Another possibility for introduction of the pathogen to the sow farm would be a high bacterial load in the drinking water system with the possibility of an infection by water aerosols during drinking. Unfortunately the authors did not take water samples for examination of S. zooepidemicus, so that this route of infection -which is well-known in horses- could not be verified. In the water pipe swabs S. zooepidemicus was not detected, but it is not known, if biofilm or water has a higher sensitivity for detection of this pathogen. In the water pipe swabs staphylococcus spp. and yeasts were found, which are detected in most water pipe swabs taken in swine husbandry [33]. Water pipes are always covered with biofilm containing also environmental or commensal pathogens. A quantification of microorganisms from water pipe swabs is usually not possible due to the fact, that no measurable amount of water pipe deposit is harvested and that no reference value (e.g. number of pathogens per gram biofilm) exist or can be created. Therefore, swab samples from water pipes are examined mainly for pathogenic microorganisms, which could not be detected in this case. Immunosuppressive or synergistic effects for staphylococci or yeasts are not described, so that an involvement in the disease pathogenesis seems to be unliklely in this case.

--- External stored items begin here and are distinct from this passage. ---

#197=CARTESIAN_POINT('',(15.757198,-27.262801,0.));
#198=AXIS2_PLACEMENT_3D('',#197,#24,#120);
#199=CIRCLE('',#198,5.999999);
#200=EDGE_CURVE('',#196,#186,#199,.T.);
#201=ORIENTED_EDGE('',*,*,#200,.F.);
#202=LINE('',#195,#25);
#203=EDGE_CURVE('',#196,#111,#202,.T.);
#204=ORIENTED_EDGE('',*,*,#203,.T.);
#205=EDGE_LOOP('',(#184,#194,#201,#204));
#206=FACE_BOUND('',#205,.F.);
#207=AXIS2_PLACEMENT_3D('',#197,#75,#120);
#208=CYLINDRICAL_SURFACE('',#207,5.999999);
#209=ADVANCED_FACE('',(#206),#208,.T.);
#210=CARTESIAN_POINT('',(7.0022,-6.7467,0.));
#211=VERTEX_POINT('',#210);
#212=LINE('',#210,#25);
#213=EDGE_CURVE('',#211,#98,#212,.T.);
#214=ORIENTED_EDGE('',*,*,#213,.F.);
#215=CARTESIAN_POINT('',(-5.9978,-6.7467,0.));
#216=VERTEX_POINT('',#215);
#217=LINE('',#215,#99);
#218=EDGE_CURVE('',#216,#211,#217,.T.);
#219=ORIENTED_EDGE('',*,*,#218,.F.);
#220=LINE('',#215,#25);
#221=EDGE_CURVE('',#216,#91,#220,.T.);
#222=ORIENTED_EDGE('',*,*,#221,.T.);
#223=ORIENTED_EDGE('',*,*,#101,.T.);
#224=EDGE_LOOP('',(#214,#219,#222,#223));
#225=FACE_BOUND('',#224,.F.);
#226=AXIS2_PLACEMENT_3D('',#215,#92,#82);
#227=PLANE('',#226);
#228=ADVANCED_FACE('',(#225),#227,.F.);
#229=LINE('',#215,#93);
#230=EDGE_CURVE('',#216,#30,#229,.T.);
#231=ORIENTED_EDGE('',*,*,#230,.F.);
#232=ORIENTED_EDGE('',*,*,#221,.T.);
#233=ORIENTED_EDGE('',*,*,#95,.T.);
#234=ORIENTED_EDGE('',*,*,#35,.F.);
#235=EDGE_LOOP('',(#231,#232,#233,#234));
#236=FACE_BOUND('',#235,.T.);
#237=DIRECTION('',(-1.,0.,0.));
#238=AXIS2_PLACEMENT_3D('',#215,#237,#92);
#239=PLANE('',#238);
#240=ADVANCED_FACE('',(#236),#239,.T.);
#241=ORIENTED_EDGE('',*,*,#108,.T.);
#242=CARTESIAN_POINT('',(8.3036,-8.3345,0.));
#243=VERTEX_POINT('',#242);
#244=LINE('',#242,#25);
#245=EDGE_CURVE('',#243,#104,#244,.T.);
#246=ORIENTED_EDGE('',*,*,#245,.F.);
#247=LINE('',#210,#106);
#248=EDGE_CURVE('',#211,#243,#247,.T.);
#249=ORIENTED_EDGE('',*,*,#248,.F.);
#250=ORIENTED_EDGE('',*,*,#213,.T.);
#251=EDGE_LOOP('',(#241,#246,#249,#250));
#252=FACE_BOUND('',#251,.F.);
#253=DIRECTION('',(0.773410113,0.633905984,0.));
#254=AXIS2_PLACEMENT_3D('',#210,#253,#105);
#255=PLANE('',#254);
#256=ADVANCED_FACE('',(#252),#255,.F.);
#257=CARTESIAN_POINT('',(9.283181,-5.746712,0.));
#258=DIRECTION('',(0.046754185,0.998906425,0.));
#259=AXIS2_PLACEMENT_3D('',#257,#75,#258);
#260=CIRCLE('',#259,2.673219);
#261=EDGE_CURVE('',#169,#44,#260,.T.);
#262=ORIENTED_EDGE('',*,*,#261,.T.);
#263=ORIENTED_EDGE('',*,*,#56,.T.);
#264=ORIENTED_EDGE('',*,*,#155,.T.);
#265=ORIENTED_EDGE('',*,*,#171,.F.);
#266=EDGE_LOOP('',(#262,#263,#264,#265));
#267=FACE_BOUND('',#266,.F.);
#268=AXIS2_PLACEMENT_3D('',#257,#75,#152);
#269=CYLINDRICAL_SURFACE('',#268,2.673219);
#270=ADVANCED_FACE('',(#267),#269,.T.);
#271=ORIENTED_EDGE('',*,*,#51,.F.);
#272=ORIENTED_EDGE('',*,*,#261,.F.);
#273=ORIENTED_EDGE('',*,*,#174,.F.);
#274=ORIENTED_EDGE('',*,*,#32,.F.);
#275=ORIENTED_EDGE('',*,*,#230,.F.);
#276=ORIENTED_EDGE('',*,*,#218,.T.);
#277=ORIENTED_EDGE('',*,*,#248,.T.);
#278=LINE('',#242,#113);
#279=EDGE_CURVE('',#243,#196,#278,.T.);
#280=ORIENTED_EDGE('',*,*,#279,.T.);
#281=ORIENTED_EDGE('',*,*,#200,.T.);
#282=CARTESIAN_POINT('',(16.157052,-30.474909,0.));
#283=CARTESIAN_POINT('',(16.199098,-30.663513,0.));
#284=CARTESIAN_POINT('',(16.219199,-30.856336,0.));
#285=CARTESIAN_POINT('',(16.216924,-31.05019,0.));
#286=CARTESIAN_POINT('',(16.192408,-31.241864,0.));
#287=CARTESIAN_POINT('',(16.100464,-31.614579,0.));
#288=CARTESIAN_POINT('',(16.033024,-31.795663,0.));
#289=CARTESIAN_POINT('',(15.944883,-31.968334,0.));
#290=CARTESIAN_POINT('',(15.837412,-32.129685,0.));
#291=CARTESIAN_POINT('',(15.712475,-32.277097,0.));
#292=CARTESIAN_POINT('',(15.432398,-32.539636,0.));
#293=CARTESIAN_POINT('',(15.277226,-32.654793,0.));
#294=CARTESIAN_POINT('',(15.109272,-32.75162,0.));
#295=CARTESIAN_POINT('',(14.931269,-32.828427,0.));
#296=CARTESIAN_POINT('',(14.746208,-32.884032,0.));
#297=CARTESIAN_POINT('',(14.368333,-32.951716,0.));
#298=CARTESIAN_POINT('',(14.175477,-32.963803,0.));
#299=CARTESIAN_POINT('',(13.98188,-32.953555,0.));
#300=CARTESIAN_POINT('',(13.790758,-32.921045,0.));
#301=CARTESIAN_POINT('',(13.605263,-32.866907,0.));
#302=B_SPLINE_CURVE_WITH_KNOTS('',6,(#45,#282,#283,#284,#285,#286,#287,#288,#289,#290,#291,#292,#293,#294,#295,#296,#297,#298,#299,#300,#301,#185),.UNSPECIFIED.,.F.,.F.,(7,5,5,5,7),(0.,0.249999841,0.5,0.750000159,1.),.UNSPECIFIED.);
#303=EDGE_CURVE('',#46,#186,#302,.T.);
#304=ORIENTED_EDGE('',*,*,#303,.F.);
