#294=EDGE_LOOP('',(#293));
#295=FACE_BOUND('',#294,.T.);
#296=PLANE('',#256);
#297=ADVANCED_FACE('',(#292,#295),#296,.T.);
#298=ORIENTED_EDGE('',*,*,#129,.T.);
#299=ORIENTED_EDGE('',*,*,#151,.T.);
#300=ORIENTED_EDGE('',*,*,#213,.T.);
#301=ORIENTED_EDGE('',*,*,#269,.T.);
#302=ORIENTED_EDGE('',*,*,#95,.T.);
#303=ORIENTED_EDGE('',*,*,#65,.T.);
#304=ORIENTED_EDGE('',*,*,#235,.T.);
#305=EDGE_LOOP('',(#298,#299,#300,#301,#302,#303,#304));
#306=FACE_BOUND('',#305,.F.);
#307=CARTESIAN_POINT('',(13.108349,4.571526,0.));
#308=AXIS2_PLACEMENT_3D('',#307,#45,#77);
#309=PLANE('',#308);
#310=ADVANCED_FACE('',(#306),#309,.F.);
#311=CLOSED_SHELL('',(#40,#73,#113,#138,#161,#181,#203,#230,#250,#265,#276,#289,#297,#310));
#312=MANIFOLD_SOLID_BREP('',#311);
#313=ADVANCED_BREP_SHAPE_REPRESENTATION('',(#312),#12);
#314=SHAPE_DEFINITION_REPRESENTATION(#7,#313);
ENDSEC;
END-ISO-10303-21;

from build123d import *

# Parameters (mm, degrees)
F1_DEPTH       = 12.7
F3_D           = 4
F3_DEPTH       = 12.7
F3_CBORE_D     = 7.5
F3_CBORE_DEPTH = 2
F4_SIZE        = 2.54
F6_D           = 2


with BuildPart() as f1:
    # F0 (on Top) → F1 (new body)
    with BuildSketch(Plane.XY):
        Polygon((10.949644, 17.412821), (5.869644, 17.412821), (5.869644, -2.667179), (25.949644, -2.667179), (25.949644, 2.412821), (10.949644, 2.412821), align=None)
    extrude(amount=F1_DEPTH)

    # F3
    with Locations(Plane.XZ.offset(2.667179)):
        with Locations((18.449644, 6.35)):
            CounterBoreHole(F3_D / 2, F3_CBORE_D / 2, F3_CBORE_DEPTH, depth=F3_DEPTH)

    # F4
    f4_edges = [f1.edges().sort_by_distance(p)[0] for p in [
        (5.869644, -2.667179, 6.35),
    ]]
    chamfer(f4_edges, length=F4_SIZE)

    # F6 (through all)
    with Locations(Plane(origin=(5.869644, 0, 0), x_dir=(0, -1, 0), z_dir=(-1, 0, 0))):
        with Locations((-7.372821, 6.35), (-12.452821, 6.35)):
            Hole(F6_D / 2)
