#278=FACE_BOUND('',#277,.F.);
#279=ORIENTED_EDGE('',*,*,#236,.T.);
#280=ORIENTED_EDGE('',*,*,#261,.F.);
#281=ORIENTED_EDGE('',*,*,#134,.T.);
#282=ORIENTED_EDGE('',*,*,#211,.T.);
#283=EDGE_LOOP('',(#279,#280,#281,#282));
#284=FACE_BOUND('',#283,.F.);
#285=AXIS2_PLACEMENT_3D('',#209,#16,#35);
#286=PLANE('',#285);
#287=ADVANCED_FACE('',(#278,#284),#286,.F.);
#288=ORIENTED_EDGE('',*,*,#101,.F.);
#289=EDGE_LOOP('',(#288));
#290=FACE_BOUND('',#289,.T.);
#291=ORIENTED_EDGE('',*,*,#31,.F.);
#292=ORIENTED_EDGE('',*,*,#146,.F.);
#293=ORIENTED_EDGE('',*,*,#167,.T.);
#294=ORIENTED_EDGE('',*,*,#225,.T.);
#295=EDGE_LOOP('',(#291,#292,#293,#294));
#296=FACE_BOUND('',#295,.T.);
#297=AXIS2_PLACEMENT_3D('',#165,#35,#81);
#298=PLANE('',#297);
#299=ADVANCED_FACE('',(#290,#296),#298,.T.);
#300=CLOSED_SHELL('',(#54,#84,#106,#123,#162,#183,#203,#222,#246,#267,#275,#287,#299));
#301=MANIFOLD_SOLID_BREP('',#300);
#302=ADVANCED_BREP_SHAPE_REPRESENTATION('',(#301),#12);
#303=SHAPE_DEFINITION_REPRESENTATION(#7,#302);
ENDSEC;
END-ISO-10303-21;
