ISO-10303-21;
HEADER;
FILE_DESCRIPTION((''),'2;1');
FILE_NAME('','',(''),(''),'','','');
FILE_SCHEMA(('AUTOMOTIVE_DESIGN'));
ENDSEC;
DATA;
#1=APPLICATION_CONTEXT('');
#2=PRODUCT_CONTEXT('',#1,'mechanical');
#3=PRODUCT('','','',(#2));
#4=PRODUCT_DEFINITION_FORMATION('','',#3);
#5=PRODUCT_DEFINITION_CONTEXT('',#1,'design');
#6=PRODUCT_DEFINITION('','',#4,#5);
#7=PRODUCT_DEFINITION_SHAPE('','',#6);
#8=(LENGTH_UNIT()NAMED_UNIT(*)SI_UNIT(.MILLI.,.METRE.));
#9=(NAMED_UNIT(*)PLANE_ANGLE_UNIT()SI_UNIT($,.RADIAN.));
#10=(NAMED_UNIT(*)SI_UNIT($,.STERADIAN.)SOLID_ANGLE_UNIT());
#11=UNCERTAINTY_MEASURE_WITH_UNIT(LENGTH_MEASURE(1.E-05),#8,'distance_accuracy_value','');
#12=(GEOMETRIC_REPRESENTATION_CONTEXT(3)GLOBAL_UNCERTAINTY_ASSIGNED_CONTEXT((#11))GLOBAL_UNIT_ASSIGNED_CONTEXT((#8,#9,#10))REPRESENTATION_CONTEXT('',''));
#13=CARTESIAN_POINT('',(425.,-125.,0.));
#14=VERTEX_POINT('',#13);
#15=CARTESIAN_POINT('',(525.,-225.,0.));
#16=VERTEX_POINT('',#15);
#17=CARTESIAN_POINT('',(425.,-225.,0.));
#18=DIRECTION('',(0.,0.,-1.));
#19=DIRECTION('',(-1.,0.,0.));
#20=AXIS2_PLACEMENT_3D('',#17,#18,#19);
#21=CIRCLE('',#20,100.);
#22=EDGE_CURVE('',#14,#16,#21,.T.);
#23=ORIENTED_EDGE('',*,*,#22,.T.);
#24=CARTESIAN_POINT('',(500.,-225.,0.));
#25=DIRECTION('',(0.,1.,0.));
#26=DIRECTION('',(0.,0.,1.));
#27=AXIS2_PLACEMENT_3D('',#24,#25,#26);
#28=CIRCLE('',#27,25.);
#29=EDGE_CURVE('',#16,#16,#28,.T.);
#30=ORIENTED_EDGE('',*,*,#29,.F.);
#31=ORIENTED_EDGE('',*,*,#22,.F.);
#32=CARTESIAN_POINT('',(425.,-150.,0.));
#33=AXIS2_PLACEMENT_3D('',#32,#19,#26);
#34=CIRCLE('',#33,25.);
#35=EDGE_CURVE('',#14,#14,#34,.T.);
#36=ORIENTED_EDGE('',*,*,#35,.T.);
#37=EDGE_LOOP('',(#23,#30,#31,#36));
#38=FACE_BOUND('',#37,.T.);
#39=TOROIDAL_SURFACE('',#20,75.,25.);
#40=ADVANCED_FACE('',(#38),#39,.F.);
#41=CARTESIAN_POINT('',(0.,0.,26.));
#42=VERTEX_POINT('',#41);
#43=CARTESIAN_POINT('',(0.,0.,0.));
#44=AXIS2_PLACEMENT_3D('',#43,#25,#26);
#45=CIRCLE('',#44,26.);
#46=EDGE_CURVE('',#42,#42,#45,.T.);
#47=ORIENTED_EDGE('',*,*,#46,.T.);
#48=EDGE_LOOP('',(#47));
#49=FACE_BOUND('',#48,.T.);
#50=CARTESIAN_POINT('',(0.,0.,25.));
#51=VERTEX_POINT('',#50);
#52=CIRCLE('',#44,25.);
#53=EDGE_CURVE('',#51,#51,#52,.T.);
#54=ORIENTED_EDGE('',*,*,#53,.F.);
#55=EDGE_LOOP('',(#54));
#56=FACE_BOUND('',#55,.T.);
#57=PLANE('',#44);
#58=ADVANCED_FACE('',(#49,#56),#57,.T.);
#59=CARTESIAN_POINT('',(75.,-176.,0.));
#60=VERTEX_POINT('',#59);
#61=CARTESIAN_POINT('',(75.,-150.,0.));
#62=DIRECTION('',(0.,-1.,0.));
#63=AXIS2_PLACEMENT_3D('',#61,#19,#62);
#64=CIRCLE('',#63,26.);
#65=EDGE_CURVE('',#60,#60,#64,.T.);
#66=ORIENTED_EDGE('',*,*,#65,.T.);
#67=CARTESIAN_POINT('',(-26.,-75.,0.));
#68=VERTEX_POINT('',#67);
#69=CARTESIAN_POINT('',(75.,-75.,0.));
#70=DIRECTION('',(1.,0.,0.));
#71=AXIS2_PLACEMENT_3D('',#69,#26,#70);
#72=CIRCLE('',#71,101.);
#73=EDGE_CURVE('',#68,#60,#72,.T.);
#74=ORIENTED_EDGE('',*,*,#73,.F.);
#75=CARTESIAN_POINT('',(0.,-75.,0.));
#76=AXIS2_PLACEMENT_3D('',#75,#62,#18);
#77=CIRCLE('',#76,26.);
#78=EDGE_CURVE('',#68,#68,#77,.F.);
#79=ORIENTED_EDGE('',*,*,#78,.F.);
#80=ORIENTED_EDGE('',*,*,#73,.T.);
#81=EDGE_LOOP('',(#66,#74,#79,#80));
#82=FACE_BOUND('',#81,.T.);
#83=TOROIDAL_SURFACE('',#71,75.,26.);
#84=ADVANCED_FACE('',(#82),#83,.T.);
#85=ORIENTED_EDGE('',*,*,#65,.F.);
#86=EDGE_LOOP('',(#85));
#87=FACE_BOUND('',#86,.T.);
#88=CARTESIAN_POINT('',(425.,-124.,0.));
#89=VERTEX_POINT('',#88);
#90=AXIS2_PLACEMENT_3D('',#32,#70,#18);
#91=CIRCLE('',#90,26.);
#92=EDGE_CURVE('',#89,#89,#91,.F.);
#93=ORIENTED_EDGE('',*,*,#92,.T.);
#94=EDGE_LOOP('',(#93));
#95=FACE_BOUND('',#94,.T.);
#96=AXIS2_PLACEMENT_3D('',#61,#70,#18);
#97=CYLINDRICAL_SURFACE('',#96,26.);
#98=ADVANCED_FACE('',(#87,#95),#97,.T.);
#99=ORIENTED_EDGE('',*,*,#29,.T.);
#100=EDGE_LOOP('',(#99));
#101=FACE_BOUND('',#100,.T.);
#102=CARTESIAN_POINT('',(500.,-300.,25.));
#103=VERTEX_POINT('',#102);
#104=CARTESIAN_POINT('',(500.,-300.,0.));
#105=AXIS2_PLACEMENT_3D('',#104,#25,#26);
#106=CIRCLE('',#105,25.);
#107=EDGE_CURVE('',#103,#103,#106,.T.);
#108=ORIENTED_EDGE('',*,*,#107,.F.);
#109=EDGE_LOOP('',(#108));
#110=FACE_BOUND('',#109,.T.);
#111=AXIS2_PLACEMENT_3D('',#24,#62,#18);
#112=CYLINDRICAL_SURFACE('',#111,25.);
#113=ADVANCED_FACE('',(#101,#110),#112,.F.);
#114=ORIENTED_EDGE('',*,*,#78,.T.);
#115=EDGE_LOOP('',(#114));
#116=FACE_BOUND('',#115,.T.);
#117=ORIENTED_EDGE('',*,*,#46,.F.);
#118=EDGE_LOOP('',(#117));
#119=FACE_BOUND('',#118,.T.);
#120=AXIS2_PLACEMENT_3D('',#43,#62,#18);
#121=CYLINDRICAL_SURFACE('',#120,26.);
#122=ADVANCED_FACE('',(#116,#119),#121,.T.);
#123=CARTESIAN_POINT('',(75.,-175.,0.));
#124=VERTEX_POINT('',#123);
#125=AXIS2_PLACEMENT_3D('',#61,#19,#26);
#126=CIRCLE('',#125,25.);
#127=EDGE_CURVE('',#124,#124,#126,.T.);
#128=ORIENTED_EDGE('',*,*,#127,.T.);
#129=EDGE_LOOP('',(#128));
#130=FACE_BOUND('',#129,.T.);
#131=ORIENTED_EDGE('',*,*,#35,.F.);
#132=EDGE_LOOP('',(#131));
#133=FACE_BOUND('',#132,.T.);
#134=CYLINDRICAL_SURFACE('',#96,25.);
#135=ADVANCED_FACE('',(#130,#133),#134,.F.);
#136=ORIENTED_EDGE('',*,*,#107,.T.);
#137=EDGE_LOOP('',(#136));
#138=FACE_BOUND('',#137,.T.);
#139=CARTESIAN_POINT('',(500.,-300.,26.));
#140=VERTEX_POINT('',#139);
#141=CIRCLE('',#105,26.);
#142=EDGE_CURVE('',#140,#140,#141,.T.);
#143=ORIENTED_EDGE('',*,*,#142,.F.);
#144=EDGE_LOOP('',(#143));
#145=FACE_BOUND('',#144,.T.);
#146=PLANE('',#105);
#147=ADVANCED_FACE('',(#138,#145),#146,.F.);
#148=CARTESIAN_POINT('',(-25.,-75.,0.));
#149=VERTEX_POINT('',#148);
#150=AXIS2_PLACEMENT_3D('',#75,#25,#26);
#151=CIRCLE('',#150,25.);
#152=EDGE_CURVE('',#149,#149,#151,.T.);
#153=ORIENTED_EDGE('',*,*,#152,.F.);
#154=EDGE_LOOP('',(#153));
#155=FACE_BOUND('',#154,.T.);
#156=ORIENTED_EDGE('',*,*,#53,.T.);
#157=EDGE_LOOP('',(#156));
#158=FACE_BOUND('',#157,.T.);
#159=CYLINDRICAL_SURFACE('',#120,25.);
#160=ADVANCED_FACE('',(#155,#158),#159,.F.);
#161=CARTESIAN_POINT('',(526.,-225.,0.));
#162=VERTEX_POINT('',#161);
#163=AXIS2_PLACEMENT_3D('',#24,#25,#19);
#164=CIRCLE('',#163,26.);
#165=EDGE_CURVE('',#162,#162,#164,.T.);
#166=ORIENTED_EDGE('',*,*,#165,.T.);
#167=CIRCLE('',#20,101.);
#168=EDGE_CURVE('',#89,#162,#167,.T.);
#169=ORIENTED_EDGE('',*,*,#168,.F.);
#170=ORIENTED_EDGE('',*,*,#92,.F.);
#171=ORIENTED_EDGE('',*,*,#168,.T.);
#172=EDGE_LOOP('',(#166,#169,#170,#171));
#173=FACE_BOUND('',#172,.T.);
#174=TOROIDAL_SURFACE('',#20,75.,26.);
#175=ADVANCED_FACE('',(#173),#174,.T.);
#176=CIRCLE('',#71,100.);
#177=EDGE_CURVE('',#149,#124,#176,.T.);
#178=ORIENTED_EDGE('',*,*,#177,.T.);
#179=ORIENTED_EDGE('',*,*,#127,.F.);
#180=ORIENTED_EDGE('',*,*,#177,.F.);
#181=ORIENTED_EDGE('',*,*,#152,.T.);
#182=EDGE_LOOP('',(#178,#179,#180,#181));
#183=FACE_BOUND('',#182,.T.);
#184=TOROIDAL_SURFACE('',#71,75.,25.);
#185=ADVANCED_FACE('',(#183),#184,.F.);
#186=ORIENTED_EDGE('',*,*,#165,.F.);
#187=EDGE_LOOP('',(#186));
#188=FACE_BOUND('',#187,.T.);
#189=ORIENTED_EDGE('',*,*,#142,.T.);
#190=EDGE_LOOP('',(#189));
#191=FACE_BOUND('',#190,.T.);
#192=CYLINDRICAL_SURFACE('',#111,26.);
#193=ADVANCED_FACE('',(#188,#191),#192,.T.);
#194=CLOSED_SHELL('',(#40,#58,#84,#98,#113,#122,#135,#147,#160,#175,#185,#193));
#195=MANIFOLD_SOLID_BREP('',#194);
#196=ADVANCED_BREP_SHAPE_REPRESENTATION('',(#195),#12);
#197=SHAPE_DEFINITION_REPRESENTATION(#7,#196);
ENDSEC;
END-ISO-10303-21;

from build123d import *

# Parameters (mm, degrees)
SKETCH1_R   = 26
SKETCH1_R_2 = 25


with BuildPart() as part:
    # Sweep-Thin1: sweep along a path in Sketch2
    with BuildLine(Plane.XY) as sweep_thin1_path:
        Line((0, 0), (0, -75))
        ThreePointArc((0, -75), (21.966991411, -128.033008589), (75, -150))
        Line((75, -150), (425, -150))
        ThreePointArc((425, -150), (478.033008589, -171.966991411), (500, -225))
        Line((500, -225), (500, -300))
    # Sketch1 → Sweep-Thin1 (sweep)
    with BuildSketch(Plane(origin=(0, 0, 0), x_dir=(1, 0, 0), z_dir=(0, 1, 0))):
        Circle(SKETCH1_R)
        Circle(SKETCH1_R_2, mode=Mode.SUBTRACT)
    sweep(path=sweep_thin1_path.line)


solid = part.part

Three horses were kept about 100 m away from the sow units. These animals were healthy and were therefore not examined. According to the farmer, the horses have not been ill in the recent past but could have been potential carriers. S. zooepidemicus is an opportunistic and commensal pathogen in the upper respiratory tract of horses and can be isolated from clinically healthy carrier animals in high prevalences of about 55% [34,35,36].

S. zooepidemicus is an important swine pathogen in China and South-East Asia. It has also caused outbreaks in pigs in the United States [3, 5]. Interestingly, the outbreak strains from Ohio and Tennessee belong to the same sequence type as two outbreak strains (CY and ATCC 35,246) from China, namely ST194 [7]. The isolate of the case described here is unrelated to ST194. The newly assigned ST524 is a single locus variant of ST65 which includes only five isolates from the upper respiratory tract of horses. This case report shows that this lineage of S. zooepidemicus is capable of infecting different hosts such as horses and pigs. In Europe disease in pigs caused by S. zooepidemicus has only been described once so far. In this recent case description from the Netherlands identical clinical signs have been reported as high fever, lethargy, mucous nasal discharge, conjunctivitis and swollen eyelids [12]. A sequence type could not be identified.

In conclusion, this case report is the first in Germany describing severe disease in sows caused by an invasive S. zooepidemicus infection with a new sequence type.